Note that the force of these words is modified by the requirement level of the document in which they are used.
-
MUST This word, or the terms "REQUIRED" or "SHALL", mean that the definition is an absolute requirement of the specification.
-
MUST NOT This phrase, or the phrase "SHALL NOT", mean that the definition is an absolute prohibition of the specification.
-
SHOULD This word, or the adjective "RECOMMENDED", mean that there may exist valid reasons in particular circumstances to ignore a particular item, but the full implications must be understood and carefully weighed before choosing a different course.
-
SHOULD NOT This phrase, or the phrase "NOT RECOMMENDED" mean that there may exist valid reasons in particular circumstances when the particular behavior is acceptable or even useful, but the full implications should be understood and the case carefully weighed before implementing any behavior described with this label.
-
MAY – This word, or the adjective “OPTIONAL,” mean that an item is truly discretionary.
###Contributors
- WildFly Swarm
- Eclipse Vert.x
- Hawkular Specification
The rationale for health checks in is to signal the state of a computing node to other machines (i.e. kubernetes service controller). It’s not intended (although could be used) as a monitoring solution for humans.
- MUST be compatibility with Kubernetes health checks: http://kubernetes.io/docs/user-guide/liveness/
- MUST be appropriate for machine-to-machine communication
- SHOULD give enough information for a human administrator
Term | Description |
---|---|
Producer | The service/application that is checked |
Consumer | The probing end, usually a machine, that needs to verify the liveness of a Producer |
Health Check Procedure | The code executed to determine the liveliness of a Producer |
Producer Outcome | The overall outcome, determined by considering all health check procedure results |
Health check procedure result | The result of single check |
- Consumer invokes the health check of a Producer through any of the supported protocols
- Producer enforces security constraints on the invocation (i.e authentication)
- Producer executes a set of Health check procedures (could be a set with one element)
- Producer determines the overall outcome (Producer outcome)
- The outcome is mapped to outermost protocol (i.e.
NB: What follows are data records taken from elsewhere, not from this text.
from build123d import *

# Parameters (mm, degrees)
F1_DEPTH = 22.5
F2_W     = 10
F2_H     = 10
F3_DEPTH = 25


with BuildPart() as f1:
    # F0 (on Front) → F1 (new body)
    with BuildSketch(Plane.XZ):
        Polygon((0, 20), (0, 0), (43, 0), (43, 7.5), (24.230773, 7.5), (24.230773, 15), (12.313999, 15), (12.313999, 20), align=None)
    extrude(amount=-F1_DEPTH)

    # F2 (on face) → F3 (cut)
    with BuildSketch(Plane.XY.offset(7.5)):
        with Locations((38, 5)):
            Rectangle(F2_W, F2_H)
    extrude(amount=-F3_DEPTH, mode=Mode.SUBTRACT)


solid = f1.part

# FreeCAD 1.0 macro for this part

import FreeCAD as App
import Part
import Sketcher

doc = App.newDocument("Part")
params = doc.addObject("Spreadsheet::Sheet", "Params")
for row, (alias, value) in enumerate([
    ("sketch1_width", "43 mm"),
    ("sketch1_height", "20 mm"),
    ("sketch1_height2", "5 mm"),
    ("pad1_length", "22.5 mm"),
    ("sketch2_width", "10 mm"),
    ("pocket1_length", "25 mm"),
], start=1):
    params.set(f"A{row}", alias)
    params.set(f"B{row}", "=" + value)
    params.setAlias(f"B{row}", alias)

body = doc.addObject("PartDesign::Body", "Body")

# Sketch on XZ plane
sketch1 = body.newObject("Sketcher::SketchObject", "Sketch")
sketch1.AttachmentSupport = (doc.getObject("XZ_Plane"), [""])
sketch1.MapMode = "FlatFace"
sketch1.addGeometry([
    Part.LineSegment(App.Vector(0, 20, 0), App.Vector(0, 0, 0)),  # 0
    Part.LineSegment(App.Vector(0, 0, 0), App.Vector(43, 0, 0)),  # 1
    Part.LineSegment(App.Vector(43, 0, 0), App.Vector(43, 7.5, 0)),  # 2
    Part.LineSegment(App.Vector(43, 7.5, 0), App.Vector(24.230773, 7.5, 0)),  # 3
    Part.LineSegment(App.Vector(24.230773, 7.5, 0), App.Vector(24.230773, 15, 0)),  # 4
    Part.LineSegment(App.Vector(24.230773, 15, 0), App.Vector(12.313999, 15, 0)),  # 5
    Part.LineSegment(App.Vector(12.313999, 15, 0), App.Vector(12.313999, 20, 0)),  # 6
    Part.LineSegment(App.Vector(12.313999, 20, 0), App.Vector(0, 20, 0)),  # 7
], False)
sketch1.addConstraint([
    Sketcher.Constraint("Coincident", 0, 2, 1, 1),
    Sketcher.Constraint("Coincident", 1, 2, 2, 1),
    Sketcher.Constraint("Coincident", 2, 2, 3, 1),
    Sketcher.Constraint("Coincident", 3, 2, 4, 1),
    Sketcher.Constraint("Coincident", 4, 2, 5, 1),
    Sketcher.Constraint("Coincident", 5, 2, 6, 1),
    Sketcher.Constraint("Coincident", 6, 2, 7, 1),
    Sketcher.Constraint("Coincident", 7, 2, 0, 1),
    Sketcher.Constraint("Vertical", 0),
    Sketcher.Constraint("Horizontal", 1),
    Sketcher.Constraint("Vertical", 2),
    Sketcher.Constraint("Horizontal", 3),
    Sketcher.Constraint("Vertical", 4),
    Sketcher.Constraint("Horizontal", 5),
    Sketcher.Constraint("Vertical", 6),
    Sketcher.Constraint("Horizontal", 7),
    Sketcher.Constraint("Coincident", 0, 2, -1, 1),
    Sketcher.Constraint("Equal", 2, 4),
    Sketcher.Constraint("DistanceX", 1, 1, 1, 2, 43.0),
    Sketcher.Constraint("DistanceY", 0, 2, 0, 1, 20.0),
    Sketcher.Constraint("DistanceY", 6, 1, 6, 2, 5.0),
    Sketcher.Constraint("DistanceX", 7, 2, 7, 1, 12.313999),
    Sketcher.Constraint("DistanceX", 3, 2, 3, 1, 18.769227),
])
sketch1.setExpression("Constraints[18]", "Params.sketch1_width")
sketch1.setExpression("Constraints[19]", "Params.sketch1_height")
sketch1.setExpression("Constraints[20]", "Params.sketch1_height2")
pad1 = body.newObject("PartDesign::Pad", "Pad")
pad1.Profile = sketch1
pad1.setExpression("Length", "Params.pad1_length")
pad1.Reversed = True

# Sketch on XY plane
sketch2 = body.newObject("Sketcher::SketchObject", "Sketch001")
sketch2.AttachmentSupport = (doc.getObject("XY_Plane"), [""])
sketch2.MapMode = "FlatFace"
sketch2.AttachmentOffset = App.Placement(App.Vector(0, 0, 7.5), App.Rotation())
sketch2.addGeometry([
    Part.LineSegment(App.Vector(33, 10, 0), App.Vector(33, 0, 0)),
    Part.LineSegment(App.Vector(33, 0, 0), App.Vector(43, 0, 0)),
    Part.LineSegment(App.Vector(43, 0, 0), App.Vector(43, 10, 0)),
    Part.LineSegment(App.Vector(43, 10, 0), App.Vector(33, 10, 0)),
], False)
sketch2.addConstraint([
    Sketcher.Constraint("Coincident", 0, 2, 1, 1),
    Sketcher.Constraint("Coincident", 1, 2, 2, 1),
    Sketcher.Constraint("Coincident", 2, 2, 3, 1),
    Sketcher.Constraint("Coincident", 3, 2, 0, 1),
    Sketcher.Constraint("Vertical", 0),
    Sketcher.Constraint("Horizontal", 1),
    Sketcher.Constraint("Vertical", 2),
    Sketcher.Constraint("Horizontal", 3),
    Sketcher.Constraint("PointOnObject", 0, 2, -1),
    Sketcher.Constraint("Equal", 3, 0),
    Sketcher.Constraint("DistanceX", 1, 1, 1, 2, 10.0),
    Sketcher.Constraint("DistanceX", -1, 1, 0, 2, 33.0),
])
sketch2.setExpression("Constraints[10]", "Params.sketch2_width")
pocket1 = body.newObject("PartDesign::Pocket", "Pocket")
pocket1.Profile = sketch2
pocket1.setExpression("Length", "Params.pocket1_length")

doc.recompute()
HTTP status codes)
- The payload is written to the response stream
- The consumer reads the response
- The consumer determines the overall outcome Protocol Specifics Interacting with producers How are the health checks accessed and invoked ? We don’t make any assumptions about this, except for the wire format and protocol.
- Producers MAY support a variety of protocols but the information items in the response payload MUST remain the same.
- Producers SHOULD define a well known default context to perform checks Protocol Mappings Health checks (innermost) can and should be mapped to the actual invocation protocol (outermost). This section described some of guidelines and rules for these mappings.
- Each response SHOULD integrate with the outermost protocol whenever it makes sense (i.e. using HTTP status codes to signal the overall state)
- Inner protocol information items MUST NOT be replaced by outer protocol information items, rather kept redundantly.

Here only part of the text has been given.